Location: apps/web/drizzle/, with the journal in drizzle/meta/_journal.json (drizzle-kit, sqlite dialect). Files are NNNN_slug.sql, strictly sequential. The latest at time of writing is 0042.
Generate: pnpm db:generate (drizzle-kit) after editing schema.ts.
Apply locally: pnpm db:migrate (against the Miniflare SQLite file). Fresh worktrees have an empty local D1 — run this before the e2e suite or global-setup fails with “no such table”.
Apply to production: cd apps/web && pnpm db:migrate:remote.
Destructive drops are acceptable pre-release — there is no production data to preserve at these migration points, so table rebuilds and wholesale DELETEs are used freely.

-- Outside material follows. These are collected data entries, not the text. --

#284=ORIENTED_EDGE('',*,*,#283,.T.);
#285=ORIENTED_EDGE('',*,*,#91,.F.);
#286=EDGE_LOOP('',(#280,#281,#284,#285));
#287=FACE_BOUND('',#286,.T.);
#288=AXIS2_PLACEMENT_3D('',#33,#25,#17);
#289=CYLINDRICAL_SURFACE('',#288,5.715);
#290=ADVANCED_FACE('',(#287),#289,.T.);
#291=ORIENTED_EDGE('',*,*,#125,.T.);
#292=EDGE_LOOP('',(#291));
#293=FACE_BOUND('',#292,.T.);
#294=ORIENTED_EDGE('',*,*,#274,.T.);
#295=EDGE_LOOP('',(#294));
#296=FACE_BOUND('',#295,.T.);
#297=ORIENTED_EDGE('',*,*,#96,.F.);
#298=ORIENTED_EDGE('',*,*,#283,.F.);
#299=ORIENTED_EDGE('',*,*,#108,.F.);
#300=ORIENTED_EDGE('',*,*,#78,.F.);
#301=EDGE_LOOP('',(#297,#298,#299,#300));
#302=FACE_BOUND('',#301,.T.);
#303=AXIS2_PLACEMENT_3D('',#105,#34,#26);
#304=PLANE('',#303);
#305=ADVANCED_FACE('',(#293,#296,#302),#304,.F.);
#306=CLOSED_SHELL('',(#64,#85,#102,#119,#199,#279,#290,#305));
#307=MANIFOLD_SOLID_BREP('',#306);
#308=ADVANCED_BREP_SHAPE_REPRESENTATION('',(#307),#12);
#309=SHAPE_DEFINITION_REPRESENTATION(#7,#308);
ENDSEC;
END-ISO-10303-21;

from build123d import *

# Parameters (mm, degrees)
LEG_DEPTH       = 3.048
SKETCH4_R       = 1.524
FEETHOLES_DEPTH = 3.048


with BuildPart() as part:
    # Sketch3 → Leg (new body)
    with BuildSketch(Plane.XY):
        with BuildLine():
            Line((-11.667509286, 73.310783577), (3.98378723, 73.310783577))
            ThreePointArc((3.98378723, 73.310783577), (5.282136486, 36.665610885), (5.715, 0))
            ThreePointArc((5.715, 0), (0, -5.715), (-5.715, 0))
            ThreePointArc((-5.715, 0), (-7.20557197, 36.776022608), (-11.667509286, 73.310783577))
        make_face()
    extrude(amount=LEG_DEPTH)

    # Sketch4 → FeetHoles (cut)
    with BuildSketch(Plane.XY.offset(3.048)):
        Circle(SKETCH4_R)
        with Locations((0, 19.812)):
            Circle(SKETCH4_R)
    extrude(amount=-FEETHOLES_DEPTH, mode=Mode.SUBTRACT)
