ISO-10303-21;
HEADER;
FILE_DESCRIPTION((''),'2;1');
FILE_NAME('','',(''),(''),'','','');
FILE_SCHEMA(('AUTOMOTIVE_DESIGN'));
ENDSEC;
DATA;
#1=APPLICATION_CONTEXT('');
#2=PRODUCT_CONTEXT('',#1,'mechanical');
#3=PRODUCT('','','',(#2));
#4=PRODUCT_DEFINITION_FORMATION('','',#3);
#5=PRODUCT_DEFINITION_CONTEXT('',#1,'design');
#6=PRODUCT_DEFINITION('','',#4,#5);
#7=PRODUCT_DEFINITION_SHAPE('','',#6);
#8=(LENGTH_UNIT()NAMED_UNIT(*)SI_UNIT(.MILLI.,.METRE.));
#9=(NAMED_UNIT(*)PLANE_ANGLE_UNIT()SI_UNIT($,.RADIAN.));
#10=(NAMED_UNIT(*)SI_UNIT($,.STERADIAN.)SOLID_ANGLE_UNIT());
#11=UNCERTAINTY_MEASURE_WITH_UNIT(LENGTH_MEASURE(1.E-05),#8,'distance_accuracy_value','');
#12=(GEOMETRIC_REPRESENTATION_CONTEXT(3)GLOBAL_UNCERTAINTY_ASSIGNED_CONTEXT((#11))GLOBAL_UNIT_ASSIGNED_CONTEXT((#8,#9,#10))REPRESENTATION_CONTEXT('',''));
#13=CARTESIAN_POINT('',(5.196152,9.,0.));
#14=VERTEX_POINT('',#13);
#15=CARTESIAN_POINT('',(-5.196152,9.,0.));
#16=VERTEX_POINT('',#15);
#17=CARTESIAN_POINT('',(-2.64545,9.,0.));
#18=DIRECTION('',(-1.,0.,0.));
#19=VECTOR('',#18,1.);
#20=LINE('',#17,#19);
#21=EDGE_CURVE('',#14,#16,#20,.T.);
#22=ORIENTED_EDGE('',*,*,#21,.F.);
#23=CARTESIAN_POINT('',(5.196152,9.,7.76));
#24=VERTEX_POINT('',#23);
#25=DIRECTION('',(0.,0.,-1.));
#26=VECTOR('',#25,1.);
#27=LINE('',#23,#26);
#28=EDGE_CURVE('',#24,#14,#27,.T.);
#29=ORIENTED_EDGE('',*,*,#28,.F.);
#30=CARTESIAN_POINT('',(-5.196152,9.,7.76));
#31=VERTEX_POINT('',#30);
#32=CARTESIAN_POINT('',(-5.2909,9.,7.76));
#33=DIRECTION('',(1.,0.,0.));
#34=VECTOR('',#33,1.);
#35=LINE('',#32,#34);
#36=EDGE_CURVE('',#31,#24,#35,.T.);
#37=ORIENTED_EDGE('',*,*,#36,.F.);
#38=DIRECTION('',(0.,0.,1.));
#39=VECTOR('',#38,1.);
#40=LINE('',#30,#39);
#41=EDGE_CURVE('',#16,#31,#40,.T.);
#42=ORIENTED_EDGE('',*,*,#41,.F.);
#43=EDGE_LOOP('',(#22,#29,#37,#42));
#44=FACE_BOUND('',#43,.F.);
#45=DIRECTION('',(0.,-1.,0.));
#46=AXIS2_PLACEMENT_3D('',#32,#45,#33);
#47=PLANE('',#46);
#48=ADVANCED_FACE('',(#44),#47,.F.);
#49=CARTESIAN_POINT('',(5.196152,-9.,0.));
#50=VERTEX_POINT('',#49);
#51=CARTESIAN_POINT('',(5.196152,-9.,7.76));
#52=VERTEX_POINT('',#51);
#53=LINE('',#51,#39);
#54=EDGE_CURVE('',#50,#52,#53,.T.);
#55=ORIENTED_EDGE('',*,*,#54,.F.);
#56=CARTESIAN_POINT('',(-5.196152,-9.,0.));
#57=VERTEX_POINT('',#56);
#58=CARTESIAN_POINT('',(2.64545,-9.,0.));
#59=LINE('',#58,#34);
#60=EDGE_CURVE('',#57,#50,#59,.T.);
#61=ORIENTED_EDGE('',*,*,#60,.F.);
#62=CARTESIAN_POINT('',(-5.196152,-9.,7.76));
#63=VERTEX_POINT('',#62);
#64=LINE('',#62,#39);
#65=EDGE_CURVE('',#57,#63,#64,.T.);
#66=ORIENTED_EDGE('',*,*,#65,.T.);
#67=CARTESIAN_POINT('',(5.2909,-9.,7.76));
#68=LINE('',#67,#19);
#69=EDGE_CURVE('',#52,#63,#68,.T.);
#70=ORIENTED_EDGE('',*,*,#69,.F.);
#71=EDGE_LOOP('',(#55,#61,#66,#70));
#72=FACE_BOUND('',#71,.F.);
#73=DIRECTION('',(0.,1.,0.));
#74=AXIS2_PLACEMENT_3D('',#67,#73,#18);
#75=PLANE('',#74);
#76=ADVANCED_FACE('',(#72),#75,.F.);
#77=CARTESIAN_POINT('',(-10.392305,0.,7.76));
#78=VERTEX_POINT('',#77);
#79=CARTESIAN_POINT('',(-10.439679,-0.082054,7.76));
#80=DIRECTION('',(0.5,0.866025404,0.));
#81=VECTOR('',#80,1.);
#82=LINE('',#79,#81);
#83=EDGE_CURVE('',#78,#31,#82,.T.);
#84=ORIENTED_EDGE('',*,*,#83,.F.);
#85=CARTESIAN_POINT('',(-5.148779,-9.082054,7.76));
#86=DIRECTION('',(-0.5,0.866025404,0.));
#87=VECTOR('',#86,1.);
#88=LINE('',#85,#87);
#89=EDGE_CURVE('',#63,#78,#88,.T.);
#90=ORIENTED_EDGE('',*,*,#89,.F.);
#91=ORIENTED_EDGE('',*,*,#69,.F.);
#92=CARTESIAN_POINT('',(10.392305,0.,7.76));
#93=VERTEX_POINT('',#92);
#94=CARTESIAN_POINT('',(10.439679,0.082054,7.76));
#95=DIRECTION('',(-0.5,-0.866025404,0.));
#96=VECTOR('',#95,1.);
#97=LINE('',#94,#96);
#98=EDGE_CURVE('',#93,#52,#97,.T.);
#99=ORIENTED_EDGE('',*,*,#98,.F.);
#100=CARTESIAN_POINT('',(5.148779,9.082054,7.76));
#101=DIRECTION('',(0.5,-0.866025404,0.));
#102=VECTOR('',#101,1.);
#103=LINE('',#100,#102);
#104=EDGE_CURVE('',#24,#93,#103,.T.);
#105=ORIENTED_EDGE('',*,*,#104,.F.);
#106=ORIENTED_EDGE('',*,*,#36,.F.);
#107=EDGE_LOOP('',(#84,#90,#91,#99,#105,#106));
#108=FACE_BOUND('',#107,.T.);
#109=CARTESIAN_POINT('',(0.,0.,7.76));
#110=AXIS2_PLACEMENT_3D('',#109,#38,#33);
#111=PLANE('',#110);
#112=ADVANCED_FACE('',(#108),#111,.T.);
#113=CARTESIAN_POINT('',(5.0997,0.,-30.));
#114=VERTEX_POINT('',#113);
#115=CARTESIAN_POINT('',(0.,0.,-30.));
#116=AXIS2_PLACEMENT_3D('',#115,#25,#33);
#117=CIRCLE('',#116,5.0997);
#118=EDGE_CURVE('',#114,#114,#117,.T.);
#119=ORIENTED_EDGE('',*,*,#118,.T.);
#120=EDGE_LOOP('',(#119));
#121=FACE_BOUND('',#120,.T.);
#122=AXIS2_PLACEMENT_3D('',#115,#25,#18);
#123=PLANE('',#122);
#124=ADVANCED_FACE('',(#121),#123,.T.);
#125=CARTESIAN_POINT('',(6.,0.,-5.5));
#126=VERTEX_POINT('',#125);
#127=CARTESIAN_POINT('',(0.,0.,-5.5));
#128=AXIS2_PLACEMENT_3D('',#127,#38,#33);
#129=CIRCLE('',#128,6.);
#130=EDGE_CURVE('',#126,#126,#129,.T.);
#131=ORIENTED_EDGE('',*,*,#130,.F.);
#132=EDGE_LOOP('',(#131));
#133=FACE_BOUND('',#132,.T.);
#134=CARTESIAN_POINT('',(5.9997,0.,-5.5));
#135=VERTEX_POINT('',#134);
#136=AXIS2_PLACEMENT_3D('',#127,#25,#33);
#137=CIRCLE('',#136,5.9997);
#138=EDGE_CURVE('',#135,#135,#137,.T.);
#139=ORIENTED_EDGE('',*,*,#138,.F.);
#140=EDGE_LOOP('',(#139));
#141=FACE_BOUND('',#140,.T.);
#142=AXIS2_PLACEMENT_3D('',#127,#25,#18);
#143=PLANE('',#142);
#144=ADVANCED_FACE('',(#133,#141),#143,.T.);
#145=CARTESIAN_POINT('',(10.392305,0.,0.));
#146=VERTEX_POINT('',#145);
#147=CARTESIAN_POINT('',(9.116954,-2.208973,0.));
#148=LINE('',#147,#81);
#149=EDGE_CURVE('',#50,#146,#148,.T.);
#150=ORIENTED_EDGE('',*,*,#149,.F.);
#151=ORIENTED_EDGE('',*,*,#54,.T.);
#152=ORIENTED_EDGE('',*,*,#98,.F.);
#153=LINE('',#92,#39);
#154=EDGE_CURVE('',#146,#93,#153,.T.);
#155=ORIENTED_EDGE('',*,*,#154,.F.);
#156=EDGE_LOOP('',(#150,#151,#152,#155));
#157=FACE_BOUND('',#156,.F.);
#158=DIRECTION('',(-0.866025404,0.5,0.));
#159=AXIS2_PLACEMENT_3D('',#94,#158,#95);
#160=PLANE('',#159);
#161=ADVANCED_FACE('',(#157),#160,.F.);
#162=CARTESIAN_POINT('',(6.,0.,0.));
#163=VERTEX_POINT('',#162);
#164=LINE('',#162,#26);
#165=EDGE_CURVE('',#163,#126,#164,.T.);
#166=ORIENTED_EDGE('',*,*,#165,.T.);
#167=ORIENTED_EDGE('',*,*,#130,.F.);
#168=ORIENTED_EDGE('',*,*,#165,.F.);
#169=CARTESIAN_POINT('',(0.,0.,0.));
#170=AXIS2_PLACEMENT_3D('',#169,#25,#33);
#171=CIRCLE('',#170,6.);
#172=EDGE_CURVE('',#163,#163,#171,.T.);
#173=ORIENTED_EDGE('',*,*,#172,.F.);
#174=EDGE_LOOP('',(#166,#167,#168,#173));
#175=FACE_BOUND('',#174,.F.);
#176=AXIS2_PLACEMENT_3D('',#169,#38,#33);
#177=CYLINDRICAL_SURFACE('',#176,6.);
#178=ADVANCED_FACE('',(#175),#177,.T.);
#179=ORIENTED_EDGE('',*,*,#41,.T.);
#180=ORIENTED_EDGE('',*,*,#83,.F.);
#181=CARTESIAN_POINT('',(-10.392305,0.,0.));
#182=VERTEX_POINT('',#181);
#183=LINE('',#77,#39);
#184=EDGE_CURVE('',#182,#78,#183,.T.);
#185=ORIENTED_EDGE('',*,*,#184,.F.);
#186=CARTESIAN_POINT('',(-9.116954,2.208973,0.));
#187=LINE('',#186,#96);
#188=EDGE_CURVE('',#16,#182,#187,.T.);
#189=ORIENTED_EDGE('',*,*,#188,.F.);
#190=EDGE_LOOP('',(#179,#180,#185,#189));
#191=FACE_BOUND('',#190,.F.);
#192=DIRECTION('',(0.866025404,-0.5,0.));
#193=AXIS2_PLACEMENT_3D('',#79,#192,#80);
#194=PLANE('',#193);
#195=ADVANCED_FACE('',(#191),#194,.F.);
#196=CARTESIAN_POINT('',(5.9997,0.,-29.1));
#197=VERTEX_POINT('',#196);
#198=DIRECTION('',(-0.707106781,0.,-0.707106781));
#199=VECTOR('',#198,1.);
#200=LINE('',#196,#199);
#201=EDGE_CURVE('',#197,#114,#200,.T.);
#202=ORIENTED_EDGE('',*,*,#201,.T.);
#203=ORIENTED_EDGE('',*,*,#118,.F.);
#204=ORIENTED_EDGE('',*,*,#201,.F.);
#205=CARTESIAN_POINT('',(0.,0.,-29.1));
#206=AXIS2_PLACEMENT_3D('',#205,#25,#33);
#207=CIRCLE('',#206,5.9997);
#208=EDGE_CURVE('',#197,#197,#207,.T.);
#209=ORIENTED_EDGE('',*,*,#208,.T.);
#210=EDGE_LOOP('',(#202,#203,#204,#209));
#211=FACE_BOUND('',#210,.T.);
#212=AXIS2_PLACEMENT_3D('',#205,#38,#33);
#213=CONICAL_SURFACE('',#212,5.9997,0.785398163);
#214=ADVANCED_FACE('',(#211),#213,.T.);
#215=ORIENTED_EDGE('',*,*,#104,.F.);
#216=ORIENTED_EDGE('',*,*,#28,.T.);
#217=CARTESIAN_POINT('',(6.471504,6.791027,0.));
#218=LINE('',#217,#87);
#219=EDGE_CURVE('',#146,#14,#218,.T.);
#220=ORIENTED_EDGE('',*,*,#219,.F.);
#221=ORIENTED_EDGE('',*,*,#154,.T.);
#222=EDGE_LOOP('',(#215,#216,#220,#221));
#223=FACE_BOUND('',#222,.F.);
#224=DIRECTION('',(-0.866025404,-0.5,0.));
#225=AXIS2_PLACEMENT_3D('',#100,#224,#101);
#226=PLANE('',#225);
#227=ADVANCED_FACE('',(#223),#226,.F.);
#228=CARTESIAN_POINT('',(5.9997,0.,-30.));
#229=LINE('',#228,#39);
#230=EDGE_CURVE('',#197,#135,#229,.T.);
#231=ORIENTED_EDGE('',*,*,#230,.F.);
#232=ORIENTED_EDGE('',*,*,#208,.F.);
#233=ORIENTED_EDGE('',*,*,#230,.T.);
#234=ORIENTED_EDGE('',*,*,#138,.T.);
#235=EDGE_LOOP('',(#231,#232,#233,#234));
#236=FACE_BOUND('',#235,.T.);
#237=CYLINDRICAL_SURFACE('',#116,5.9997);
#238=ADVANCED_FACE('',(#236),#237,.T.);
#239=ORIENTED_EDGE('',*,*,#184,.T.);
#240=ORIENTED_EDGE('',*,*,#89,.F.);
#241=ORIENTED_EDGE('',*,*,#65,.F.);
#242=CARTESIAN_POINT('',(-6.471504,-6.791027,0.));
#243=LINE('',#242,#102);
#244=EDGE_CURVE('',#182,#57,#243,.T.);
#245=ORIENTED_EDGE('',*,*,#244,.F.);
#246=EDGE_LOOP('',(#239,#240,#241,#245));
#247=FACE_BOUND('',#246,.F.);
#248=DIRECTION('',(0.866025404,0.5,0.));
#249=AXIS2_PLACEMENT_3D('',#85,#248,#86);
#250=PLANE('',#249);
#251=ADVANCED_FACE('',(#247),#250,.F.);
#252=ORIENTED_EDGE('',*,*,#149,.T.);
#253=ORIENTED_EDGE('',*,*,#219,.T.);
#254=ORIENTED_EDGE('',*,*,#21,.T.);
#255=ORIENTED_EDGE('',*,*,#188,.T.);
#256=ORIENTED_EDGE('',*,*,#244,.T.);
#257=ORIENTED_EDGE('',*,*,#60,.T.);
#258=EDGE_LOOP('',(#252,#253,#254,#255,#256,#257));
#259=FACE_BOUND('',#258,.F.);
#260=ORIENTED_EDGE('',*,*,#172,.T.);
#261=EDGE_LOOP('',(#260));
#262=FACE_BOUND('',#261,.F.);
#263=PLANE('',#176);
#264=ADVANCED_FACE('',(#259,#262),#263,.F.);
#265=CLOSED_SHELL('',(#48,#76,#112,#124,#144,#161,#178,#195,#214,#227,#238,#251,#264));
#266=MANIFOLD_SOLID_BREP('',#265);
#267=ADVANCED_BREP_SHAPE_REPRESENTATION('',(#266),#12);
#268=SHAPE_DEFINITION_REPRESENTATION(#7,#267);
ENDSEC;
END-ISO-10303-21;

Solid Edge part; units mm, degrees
sketch "Sketch1" plane through (0, 0, 0) normal (0, 0, 1) x (1, 0, 0)
  circle A0 centre (0, 0) radius 10.44
  dimension "D1" = 20.88
extrude "Protrusion1" add sketch "Sketch1" along normal blind 7.76
sketch "Sketch2" plane through (0, 0, 0) normal (0, 0, -1) x (1, 0, 0)
  circle A0 centre (0, 0) radius 6
extrude "Protrusion2" add sketch "Sketch2" along normal blind 30
sketch "Sketch3" plane through (0, 0, -30) normal (0, 0, -1) x (1, 0, 0)
  circle A0 centre (0, 0) radius 5.9997
extrude "Cutout1" cut sketch "Sketch3" against normal blind 24.5 flip side to cut
chamfer "Chamfer_1" distance 0.9 angle 45 1 edges at (-5.9997, 0, -30)
sketch "Sketch4" plane through (0, 0, 7.76) normal (0, 0, 1) x (1, 0, 0)
  line L0 (-5.2909, 9) -> (5.2909, 9)
  dimension "D1" = 18
extrude "Cutout2" cut sketch "Sketch4" against normal up to next material side at (0, 9.05, 7.76)
pattern_circular "Pattern1" count 6 over 360 about axis through (0, 0, 7.76) along (0, 0, 1) of "Cutout2"
properties part number "118876" material "Stainless Steel, 304"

Recent migrations worth knowing:

#	What it did
0040	Dropped `photos.visibility` — access is entirely via `photo_circles`.
0041	Wiped all recognition state (`person_pools`, `person_embeddings`, `person_centroids`, `personal_negative_stores`) for the embedder swap to `uniface-w600k-mbf-1` — old vectors live in an incompatible space.
0042	Rebuilt `person_embeddings` with `photo_id NOT NULL` (no FK — the untag deletion key) and cleared `person_pools`.

Interim production caveat. GitHub Actions minutes are exhausted, so the migrate-prod CI job does not run, but Cloudflare still deploys code. Merging a migration therefore deploys code against a stale production schema until someone runs cd apps/web && pnpm db:migrate:remote by hand. Until Actions return, treat every merged migration as needing that manual step immediately after deploy, and verify with wrangler d1 migrations list brightblur --remote --env production.